::: Data

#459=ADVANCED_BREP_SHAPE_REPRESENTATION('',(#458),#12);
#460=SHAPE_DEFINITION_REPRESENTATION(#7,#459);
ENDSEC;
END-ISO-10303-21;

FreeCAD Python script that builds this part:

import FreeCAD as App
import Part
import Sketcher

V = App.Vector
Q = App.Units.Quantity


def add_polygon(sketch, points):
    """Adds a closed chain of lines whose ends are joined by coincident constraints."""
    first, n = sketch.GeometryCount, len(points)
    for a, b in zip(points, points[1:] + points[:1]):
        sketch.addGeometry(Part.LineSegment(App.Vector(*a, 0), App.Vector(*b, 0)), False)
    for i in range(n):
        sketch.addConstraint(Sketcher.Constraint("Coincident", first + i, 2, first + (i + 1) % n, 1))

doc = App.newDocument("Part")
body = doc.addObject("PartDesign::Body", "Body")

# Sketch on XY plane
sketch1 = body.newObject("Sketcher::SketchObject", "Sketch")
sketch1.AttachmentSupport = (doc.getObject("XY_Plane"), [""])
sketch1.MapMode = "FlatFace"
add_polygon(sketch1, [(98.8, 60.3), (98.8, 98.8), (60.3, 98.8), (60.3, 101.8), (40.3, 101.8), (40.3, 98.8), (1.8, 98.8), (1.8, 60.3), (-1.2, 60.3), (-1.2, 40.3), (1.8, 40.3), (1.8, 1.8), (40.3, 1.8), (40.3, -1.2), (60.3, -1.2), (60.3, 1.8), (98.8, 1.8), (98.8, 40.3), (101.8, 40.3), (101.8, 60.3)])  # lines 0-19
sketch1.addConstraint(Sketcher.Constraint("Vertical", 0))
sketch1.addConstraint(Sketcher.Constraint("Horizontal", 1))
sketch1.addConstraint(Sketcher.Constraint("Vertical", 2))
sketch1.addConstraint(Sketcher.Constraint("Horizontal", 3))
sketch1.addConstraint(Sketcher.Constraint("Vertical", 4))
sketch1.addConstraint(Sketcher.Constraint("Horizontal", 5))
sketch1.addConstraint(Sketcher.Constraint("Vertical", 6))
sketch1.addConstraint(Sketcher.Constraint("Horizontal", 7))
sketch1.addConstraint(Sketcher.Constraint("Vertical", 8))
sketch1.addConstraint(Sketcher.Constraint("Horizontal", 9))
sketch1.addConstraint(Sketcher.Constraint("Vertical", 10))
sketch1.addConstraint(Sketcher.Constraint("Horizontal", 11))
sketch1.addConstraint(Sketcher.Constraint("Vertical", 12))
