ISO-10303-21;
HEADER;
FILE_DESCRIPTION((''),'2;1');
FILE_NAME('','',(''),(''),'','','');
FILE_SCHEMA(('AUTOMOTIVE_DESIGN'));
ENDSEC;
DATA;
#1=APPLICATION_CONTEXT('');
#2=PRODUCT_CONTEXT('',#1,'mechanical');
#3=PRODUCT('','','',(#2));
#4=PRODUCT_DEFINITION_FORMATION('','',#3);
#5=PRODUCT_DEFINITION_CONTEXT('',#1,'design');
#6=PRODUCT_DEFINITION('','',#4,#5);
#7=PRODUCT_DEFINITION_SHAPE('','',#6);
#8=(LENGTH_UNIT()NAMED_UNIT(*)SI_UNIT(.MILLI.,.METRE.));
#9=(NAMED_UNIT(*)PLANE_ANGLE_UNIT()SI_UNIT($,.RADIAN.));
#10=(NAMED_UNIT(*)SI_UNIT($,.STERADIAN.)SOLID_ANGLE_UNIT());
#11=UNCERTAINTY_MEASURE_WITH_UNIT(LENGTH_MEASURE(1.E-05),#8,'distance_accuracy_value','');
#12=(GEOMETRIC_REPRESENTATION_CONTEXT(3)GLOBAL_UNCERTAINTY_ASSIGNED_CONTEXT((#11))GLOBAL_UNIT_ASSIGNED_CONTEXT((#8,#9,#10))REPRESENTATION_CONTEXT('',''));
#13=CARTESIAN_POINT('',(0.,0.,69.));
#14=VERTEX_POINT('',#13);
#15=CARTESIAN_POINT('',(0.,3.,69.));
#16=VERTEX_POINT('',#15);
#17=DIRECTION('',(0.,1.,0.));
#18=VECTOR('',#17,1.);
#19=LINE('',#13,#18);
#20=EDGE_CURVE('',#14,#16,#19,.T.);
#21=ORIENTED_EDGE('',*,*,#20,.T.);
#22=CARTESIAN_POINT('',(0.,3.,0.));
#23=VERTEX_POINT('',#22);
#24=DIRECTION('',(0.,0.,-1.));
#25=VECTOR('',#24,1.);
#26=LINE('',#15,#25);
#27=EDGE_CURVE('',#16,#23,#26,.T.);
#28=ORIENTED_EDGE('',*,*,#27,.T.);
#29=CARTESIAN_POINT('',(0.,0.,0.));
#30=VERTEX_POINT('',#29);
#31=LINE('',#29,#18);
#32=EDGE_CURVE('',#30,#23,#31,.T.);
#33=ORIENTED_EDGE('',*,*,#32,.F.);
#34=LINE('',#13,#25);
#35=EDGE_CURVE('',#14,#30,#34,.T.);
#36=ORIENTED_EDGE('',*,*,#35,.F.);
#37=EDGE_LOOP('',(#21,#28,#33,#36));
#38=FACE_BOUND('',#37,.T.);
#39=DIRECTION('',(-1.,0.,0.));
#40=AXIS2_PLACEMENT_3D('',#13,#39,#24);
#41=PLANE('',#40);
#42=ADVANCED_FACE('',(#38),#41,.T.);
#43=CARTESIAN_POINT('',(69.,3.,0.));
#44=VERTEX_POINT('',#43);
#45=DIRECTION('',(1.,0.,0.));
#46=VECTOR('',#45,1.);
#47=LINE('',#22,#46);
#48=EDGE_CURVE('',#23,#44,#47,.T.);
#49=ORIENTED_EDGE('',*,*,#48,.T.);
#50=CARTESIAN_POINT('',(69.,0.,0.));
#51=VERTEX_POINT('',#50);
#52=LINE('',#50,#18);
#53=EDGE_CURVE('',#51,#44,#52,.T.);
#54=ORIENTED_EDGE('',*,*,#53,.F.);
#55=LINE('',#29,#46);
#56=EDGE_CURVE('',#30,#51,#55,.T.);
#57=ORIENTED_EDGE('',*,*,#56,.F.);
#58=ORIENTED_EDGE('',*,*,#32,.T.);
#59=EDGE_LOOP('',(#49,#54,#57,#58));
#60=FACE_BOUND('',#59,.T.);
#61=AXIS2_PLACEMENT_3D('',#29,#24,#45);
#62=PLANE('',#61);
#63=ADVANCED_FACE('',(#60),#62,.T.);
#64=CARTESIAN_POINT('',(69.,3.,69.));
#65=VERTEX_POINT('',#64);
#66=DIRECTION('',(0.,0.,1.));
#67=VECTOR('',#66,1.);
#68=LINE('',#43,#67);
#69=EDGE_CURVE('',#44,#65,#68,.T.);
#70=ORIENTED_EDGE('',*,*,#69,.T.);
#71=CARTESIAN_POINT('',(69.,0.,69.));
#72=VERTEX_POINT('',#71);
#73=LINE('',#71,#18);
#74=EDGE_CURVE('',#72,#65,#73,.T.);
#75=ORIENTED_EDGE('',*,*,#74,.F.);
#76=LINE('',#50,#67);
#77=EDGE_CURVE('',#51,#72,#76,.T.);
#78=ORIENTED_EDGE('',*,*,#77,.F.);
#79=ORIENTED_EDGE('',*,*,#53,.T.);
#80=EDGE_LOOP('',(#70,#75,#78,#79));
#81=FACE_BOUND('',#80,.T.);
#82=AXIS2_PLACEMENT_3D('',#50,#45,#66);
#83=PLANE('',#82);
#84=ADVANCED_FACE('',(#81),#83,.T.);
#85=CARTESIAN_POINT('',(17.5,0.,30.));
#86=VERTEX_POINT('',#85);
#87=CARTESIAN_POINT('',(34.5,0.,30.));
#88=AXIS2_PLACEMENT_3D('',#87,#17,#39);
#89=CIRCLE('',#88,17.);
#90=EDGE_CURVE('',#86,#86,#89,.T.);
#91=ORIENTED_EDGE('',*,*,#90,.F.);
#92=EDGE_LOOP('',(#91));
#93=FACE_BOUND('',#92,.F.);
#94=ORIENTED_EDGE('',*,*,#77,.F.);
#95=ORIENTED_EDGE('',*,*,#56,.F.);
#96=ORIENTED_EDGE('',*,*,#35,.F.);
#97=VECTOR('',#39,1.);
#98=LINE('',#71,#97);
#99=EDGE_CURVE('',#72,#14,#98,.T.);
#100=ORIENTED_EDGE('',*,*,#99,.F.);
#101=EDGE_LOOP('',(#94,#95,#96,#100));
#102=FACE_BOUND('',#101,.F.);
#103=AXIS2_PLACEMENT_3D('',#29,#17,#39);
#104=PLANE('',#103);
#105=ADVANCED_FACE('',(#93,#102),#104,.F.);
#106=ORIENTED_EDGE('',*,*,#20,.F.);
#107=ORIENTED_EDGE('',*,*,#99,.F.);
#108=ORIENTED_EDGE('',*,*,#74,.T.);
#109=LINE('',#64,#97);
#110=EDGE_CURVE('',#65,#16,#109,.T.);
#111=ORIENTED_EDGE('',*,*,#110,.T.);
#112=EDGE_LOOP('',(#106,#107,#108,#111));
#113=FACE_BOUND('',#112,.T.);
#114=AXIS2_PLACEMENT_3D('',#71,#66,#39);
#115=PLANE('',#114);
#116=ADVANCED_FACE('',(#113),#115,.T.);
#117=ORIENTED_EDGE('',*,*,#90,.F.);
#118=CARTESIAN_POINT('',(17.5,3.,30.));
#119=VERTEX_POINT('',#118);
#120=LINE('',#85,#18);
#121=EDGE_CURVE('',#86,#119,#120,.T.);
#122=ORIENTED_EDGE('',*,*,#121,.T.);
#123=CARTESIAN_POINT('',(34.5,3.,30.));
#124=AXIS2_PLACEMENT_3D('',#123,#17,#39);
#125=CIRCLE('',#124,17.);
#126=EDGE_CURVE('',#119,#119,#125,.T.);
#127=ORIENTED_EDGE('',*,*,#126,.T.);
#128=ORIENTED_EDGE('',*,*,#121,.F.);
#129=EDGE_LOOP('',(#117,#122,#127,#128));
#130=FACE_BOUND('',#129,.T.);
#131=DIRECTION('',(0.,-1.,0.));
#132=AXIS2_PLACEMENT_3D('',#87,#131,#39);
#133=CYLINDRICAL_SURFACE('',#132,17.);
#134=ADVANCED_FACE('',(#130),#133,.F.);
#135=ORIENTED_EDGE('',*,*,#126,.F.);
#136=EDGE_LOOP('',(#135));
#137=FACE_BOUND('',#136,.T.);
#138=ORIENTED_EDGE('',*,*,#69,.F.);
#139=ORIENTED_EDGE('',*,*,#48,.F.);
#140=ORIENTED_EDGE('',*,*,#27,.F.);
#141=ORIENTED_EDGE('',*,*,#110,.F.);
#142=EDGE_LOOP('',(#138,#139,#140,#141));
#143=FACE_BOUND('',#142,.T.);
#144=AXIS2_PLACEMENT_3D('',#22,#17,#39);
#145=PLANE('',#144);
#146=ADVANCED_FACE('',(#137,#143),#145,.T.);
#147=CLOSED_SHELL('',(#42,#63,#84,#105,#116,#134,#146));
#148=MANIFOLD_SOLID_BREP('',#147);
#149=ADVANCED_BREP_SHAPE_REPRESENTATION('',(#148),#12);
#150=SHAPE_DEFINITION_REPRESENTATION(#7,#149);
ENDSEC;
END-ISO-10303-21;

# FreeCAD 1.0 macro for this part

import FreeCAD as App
import Part
import Sketcher
from FreeCAD import Vector

doc = App.newDocument("Part")
body = doc.addObject("PartDesign::Body", "Body")

# Sketch on XZ plane
sketch1 = body.newObject("Sketcher::SketchObject", "Sketch")
sketch1.AttachmentSupport = (doc.getObject("XZ_Plane"), [""])
sketch1.MapMode = "FlatFace"
sketch1.addGeometry([
    Part.LineSegment(Vector(69, 0, 0), Vector(0, 0, 0)),  # 0
    Part.LineSegment(Vector(0, 0, 0), Vector(0, 69, 0)),  # 1
    Part.LineSegment(Vector(0, 69, 0), Vector(69, 69, 0)),  # 2
    Part.LineSegment(Vector(69, 69, 0), Vector(69, 0, 0)),  # 3
    Part.Circle(Vector(34, 30, 0), Vector(0, 0, 1), 17),  # 4
], False)
sketch1.addConstraint([
    Sketcher.Constraint("Coincident", 0, 2, 1, 1),
    Sketcher.Constraint("Coincident", 1, 2, 2, 1),
    Sketcher.Constraint("Coincident", 2, 2, 3, 1),
    Sketcher.Constraint("Coincident", 3, 2, 0, 1),
    Sketcher.Constraint("Horizontal", 0),
    Sketcher.Constraint("Vertical", 1),
    Sketcher.Constraint("Horizontal", 2),
    Sketcher.Constraint("Vertical", 3),
    Sketcher.Constraint("Coincident", 0, 2, -1, 1),
    Sketcher.Constraint("Equal", 2, 1),
    Sketcher.Constraint("Diameter", 4, 34.0),
    Sketcher.Constraint("DistanceX", 0, 2, 0, 1, 69.0),
    Sketcher.Constraint("DistanceY", -1, 1, 4, 3, 30.0),
    Sketcher.Constraint("DistanceX", -1, 1, 4, 3, 34.5),
])
pad1 = body.newObject("PartDesign::Pad", "Pad")
pad1.Profile = sketch1
pad1.Length = 3
pad1.Reversed = True

doc.recompute()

::::::

In the data above, start at the line that has "#123=CARTESIAN_POINT('',(34.5,3.,30.));", stop after the line that has "# FreeCAD 1.0 macro for this part", and print every line in between exactly as it stands.

#123=CARTESIAN_POINT('',(34.5,3.,30.));
#124=AXIS2_PLACEMENT_3D('',#123,#17,#39);
#125=CIRCLE('',#124,17.);
#126=EDGE_CURVE('',#119,#119,#125,.T.);
#127=ORIENTED_EDGE('',*,*,#126,.T.);
#128=ORIENTED_EDGE('',*,*,#121,.F.);
#129=EDGE_LOOP('',(#117,#122,#127,#128));
#130=FACE_BOUND('',#129,.T.);
#131=DIRECTION('',(0.,-1.,0.));
#132=AXIS2_PLACEMENT_3D('',#87,#131,#39);
#133=CYLINDRICAL_SURFACE('',#132,17.);
#134=ADVANCED_FACE('',(#130),#133,.F.);
#135=ORIENTED_EDGE('',*,*,#126,.F.);
#136=EDGE_LOOP('',(#135));
#137=FACE_BOUND('',#136,.T.);
#138=ORIENTED_EDGE('',*,*,#69,.F.);
#139=ORIENTED_EDGE('',*,*,#48,.F.);
#140=ORIENTED_EDGE('',*,*,#27,.F.);
#141=ORIENTED_EDGE('',*,*,#110,.F.);
#142=EDGE_LOOP('',(#138,#139,#140,#141));
#143=FACE_BOUND('',#142,.T.);
#144=AXIS2_PLACEMENT_3D('',#22,#17,#39);
#145=PLANE('',#144);
#146=ADVANCED_FACE('',(#137,#143),#145,.T.);
#147=CLOSED_SHELL('',(#42,#63,#84,#105,#116,#134,#146));
#148=MANIFOLD_SOLID_BREP('',#147);
#149=ADVANCED_BREP_SHAPE_REPRESENTATION('',(#148),#12);
#150=SHAPE_DEFINITION_REPRESENTATION(#7,#149);
ENDSEC;
END-ISO-10303-21;

# FreeCAD 1.0 macro for this part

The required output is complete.